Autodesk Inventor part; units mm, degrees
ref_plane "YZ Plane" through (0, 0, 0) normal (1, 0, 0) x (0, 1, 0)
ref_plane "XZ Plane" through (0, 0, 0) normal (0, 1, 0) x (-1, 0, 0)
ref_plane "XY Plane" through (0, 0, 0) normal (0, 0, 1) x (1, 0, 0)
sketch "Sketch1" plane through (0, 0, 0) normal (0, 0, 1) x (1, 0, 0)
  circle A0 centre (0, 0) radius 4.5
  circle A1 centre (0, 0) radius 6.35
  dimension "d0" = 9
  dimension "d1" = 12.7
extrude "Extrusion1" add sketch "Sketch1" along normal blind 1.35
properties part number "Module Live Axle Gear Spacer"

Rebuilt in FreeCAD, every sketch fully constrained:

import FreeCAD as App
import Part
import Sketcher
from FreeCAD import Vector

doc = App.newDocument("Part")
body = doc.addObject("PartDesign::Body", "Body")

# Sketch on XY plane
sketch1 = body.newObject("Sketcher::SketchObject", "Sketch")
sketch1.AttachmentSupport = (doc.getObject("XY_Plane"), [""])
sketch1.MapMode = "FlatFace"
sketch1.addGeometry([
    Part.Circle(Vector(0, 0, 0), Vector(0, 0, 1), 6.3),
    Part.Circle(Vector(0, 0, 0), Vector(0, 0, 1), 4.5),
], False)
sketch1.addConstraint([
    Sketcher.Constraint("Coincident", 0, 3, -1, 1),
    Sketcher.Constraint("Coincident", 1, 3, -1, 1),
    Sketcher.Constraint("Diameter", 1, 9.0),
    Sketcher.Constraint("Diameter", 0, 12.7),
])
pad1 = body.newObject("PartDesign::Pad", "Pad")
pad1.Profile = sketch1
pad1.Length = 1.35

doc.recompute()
----
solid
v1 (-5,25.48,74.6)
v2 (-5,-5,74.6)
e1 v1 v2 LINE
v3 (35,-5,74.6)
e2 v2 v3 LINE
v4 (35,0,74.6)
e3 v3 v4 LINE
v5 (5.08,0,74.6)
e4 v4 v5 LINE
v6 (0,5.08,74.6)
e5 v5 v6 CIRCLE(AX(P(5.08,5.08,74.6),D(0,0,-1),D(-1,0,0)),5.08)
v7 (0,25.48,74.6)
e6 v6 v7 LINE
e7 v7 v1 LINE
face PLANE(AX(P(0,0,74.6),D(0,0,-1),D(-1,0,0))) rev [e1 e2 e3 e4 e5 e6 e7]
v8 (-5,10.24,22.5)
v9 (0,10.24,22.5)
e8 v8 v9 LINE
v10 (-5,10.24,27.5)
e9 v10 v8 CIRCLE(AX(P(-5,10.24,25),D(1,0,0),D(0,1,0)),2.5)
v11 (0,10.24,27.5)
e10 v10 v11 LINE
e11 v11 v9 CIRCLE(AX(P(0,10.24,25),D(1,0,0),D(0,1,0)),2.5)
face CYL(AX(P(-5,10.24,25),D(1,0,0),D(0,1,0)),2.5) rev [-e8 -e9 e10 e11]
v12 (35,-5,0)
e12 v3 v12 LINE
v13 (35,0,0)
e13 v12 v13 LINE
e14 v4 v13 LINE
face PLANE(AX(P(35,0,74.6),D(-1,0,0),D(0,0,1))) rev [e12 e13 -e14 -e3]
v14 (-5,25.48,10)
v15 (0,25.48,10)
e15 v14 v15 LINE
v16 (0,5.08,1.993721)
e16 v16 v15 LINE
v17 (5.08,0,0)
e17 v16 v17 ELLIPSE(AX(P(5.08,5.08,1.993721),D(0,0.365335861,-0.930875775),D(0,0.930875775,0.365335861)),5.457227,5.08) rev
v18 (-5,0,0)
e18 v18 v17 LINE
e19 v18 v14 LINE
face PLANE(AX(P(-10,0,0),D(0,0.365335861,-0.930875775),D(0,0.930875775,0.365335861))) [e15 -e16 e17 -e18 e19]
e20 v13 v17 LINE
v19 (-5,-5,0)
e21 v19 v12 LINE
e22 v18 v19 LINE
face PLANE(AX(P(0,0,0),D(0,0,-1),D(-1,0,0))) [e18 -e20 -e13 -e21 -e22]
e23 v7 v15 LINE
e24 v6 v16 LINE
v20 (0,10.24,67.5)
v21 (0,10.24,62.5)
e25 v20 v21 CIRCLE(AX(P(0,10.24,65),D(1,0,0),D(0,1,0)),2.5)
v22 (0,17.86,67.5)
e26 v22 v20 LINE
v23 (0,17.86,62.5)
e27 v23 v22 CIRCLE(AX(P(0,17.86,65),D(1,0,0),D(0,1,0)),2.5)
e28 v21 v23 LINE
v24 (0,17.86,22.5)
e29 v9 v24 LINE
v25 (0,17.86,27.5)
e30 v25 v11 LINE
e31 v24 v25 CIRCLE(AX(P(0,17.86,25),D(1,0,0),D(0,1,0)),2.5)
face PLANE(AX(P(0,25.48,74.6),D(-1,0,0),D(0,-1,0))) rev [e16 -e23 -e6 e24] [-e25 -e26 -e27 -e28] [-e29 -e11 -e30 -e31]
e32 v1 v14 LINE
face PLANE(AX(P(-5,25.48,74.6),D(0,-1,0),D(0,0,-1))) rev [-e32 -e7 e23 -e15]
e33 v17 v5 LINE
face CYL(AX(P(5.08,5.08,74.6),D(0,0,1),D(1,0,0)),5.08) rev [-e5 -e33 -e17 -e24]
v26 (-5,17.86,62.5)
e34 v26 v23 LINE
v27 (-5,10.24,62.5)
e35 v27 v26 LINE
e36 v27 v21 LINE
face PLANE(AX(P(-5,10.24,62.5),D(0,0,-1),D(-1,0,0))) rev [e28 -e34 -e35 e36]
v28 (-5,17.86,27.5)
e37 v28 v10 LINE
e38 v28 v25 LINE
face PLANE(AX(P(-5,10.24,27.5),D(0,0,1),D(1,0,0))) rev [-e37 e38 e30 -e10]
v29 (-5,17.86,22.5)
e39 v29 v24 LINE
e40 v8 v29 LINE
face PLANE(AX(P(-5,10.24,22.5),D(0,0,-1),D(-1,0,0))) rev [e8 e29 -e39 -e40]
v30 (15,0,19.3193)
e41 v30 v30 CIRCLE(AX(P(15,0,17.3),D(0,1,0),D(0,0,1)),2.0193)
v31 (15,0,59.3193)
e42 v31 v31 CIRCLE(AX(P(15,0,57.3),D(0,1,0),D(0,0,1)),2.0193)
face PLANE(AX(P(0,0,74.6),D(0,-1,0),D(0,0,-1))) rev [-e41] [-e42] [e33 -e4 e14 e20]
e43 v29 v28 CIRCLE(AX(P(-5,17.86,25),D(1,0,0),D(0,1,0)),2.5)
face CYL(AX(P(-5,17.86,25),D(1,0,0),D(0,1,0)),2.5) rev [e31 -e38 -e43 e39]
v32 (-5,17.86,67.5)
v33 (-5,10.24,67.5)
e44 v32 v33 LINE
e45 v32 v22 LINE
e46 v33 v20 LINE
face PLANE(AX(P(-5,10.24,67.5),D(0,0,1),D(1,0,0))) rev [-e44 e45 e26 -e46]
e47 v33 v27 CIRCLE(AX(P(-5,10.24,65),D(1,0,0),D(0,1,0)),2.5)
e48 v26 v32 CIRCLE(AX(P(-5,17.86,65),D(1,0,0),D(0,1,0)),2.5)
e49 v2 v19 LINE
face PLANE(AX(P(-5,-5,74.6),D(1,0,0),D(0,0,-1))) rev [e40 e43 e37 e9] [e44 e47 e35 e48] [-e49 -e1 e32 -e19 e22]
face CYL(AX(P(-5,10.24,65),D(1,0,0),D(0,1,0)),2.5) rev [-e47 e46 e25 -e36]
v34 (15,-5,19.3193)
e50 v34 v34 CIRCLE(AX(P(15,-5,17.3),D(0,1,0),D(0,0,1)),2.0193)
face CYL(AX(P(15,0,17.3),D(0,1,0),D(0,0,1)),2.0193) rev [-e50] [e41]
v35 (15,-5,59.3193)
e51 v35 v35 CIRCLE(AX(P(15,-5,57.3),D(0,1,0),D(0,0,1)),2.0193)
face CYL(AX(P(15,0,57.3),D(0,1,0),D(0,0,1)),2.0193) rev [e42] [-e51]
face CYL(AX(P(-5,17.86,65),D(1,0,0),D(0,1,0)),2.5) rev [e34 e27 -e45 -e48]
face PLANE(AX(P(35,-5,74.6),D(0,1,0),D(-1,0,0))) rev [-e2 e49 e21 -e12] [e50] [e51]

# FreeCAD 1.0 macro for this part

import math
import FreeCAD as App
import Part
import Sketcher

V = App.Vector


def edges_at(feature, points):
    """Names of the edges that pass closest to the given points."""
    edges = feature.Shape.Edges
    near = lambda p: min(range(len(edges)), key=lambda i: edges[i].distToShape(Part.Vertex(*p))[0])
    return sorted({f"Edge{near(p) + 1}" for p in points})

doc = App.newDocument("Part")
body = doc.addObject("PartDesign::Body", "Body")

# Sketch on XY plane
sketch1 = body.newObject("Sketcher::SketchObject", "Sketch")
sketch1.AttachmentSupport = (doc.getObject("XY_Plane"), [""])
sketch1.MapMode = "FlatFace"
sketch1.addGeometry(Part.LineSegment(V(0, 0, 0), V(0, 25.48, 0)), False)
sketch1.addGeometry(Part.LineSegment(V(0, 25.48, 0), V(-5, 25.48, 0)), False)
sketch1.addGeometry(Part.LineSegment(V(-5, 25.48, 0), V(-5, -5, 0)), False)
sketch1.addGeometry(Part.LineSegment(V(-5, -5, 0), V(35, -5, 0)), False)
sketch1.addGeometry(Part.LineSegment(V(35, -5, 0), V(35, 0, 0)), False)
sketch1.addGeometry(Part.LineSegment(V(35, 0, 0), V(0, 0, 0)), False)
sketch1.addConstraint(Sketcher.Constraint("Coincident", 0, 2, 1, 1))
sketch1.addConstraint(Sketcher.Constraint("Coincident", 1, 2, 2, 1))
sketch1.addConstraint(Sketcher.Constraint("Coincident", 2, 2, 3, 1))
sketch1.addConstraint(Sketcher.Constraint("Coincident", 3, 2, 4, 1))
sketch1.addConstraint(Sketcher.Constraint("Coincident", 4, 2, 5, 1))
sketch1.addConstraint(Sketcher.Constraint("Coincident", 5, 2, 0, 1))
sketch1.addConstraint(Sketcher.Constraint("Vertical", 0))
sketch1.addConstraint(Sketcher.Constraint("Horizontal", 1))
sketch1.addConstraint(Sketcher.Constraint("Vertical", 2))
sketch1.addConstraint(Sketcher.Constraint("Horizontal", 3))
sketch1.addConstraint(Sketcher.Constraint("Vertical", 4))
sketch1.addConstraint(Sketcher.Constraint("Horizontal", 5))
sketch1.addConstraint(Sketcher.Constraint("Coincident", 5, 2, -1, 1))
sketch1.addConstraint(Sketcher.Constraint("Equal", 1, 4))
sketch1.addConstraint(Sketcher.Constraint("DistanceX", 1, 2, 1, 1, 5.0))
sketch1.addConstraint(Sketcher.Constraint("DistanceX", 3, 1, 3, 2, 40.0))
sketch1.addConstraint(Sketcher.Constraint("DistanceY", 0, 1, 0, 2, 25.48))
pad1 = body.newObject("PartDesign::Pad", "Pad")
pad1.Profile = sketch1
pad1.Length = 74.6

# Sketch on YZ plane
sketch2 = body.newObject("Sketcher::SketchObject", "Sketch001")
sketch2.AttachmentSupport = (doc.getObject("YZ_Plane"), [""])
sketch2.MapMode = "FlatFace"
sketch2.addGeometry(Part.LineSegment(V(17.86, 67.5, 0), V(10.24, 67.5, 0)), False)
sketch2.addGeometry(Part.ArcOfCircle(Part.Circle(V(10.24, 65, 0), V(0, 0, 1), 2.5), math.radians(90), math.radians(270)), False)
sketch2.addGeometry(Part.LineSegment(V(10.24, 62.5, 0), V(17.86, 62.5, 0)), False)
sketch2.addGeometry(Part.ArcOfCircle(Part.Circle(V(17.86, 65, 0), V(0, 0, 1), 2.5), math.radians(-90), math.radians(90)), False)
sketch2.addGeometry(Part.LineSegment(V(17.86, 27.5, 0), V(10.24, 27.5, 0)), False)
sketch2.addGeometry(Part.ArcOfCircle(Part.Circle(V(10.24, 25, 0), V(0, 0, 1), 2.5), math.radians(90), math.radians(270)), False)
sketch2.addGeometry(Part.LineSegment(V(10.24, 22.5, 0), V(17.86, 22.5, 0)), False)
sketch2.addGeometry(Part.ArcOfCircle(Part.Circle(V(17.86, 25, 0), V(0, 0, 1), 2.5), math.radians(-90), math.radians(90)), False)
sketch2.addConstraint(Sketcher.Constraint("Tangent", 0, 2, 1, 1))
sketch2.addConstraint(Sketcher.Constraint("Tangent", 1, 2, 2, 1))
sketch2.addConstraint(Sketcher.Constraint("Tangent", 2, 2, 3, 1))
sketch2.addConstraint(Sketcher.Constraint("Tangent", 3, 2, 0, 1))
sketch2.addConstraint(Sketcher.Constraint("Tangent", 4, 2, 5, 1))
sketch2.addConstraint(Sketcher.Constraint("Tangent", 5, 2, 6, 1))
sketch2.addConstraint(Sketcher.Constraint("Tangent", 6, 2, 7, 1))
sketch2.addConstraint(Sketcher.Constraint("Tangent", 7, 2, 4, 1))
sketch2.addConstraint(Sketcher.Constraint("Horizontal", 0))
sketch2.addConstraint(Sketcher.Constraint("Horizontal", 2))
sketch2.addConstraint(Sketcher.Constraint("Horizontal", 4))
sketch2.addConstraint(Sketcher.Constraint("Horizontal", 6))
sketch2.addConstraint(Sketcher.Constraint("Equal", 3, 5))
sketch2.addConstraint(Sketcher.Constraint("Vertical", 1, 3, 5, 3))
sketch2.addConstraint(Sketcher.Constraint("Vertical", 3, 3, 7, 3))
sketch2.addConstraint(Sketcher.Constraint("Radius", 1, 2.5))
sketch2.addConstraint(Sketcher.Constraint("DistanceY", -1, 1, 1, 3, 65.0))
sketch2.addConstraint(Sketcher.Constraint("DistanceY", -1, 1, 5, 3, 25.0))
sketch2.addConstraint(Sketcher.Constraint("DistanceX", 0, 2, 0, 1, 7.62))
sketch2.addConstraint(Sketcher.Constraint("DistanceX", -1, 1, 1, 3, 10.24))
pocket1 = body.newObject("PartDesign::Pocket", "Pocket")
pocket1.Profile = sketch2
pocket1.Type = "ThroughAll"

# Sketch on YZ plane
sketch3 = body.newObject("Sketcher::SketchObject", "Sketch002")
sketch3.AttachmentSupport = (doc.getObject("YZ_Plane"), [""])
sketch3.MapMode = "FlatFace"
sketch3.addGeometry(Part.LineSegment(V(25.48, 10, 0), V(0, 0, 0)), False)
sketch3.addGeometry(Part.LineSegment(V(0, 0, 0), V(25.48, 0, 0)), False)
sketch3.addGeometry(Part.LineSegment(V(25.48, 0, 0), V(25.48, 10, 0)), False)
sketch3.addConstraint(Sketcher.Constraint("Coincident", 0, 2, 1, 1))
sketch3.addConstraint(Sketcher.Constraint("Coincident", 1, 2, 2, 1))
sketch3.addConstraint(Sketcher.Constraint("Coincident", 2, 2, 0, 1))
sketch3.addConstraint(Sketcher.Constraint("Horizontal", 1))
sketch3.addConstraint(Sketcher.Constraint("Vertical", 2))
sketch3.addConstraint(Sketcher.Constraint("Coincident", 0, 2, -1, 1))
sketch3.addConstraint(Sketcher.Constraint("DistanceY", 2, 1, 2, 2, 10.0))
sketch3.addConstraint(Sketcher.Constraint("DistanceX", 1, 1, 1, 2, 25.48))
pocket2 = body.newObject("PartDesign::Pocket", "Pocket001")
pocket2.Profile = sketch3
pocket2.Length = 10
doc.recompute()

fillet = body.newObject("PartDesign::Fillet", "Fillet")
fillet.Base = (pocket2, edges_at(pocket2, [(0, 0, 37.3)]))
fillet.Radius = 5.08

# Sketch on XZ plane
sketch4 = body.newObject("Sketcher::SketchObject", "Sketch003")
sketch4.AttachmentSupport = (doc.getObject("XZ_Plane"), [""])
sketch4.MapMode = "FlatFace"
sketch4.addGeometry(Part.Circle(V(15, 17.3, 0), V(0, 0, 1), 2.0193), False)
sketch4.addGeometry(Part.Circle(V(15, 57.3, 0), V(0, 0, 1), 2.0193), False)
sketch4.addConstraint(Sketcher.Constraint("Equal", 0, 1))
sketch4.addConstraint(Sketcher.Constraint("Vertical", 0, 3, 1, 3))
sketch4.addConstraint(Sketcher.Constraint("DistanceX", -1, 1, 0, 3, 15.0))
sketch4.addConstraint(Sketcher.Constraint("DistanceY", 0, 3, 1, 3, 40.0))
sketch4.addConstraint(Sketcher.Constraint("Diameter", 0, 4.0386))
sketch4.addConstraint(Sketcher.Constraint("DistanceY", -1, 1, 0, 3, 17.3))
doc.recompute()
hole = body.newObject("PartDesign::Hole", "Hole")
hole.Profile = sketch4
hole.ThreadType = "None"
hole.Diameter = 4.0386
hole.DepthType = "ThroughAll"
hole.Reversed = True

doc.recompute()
----
Return only the lines between the one holding "e36 v27 v21 LINE" and the one holding "v31 (15,0,59.3193)", inclusive, exactly as they appear above.

e36 v27 v21 LINE
face PLANE(AX(P(-5,10.24,62.5),D(0,0,-1),D(-1,0,0))) rev [e28 -e34 -e35 e36]
v28 (-5,17.86,27.5)
e37 v28 v10 LINE
e38 v28 v25 LINE
face PLANE(AX(P(-5,10.24,27.5),D(0,0,1),D(1,0,0))) rev [-e37 e38 e30 -e10]
v29 (-5,17.86,22.5)
e39 v29 v24 LINE
e40 v8 v29 LINE
face PLANE(AX(P(-5,10.24,22.5),D(0,0,-1),D(-1,0,0))) rev [e8 e29 -e39 -e40]
v30 (15,0,19.3193)
e41 v30 v30 CIRCLE(AX(P(15,0,17.3),D(0,1,0),D(0,0,1)),2.0193)
v31 (15,0,59.3193)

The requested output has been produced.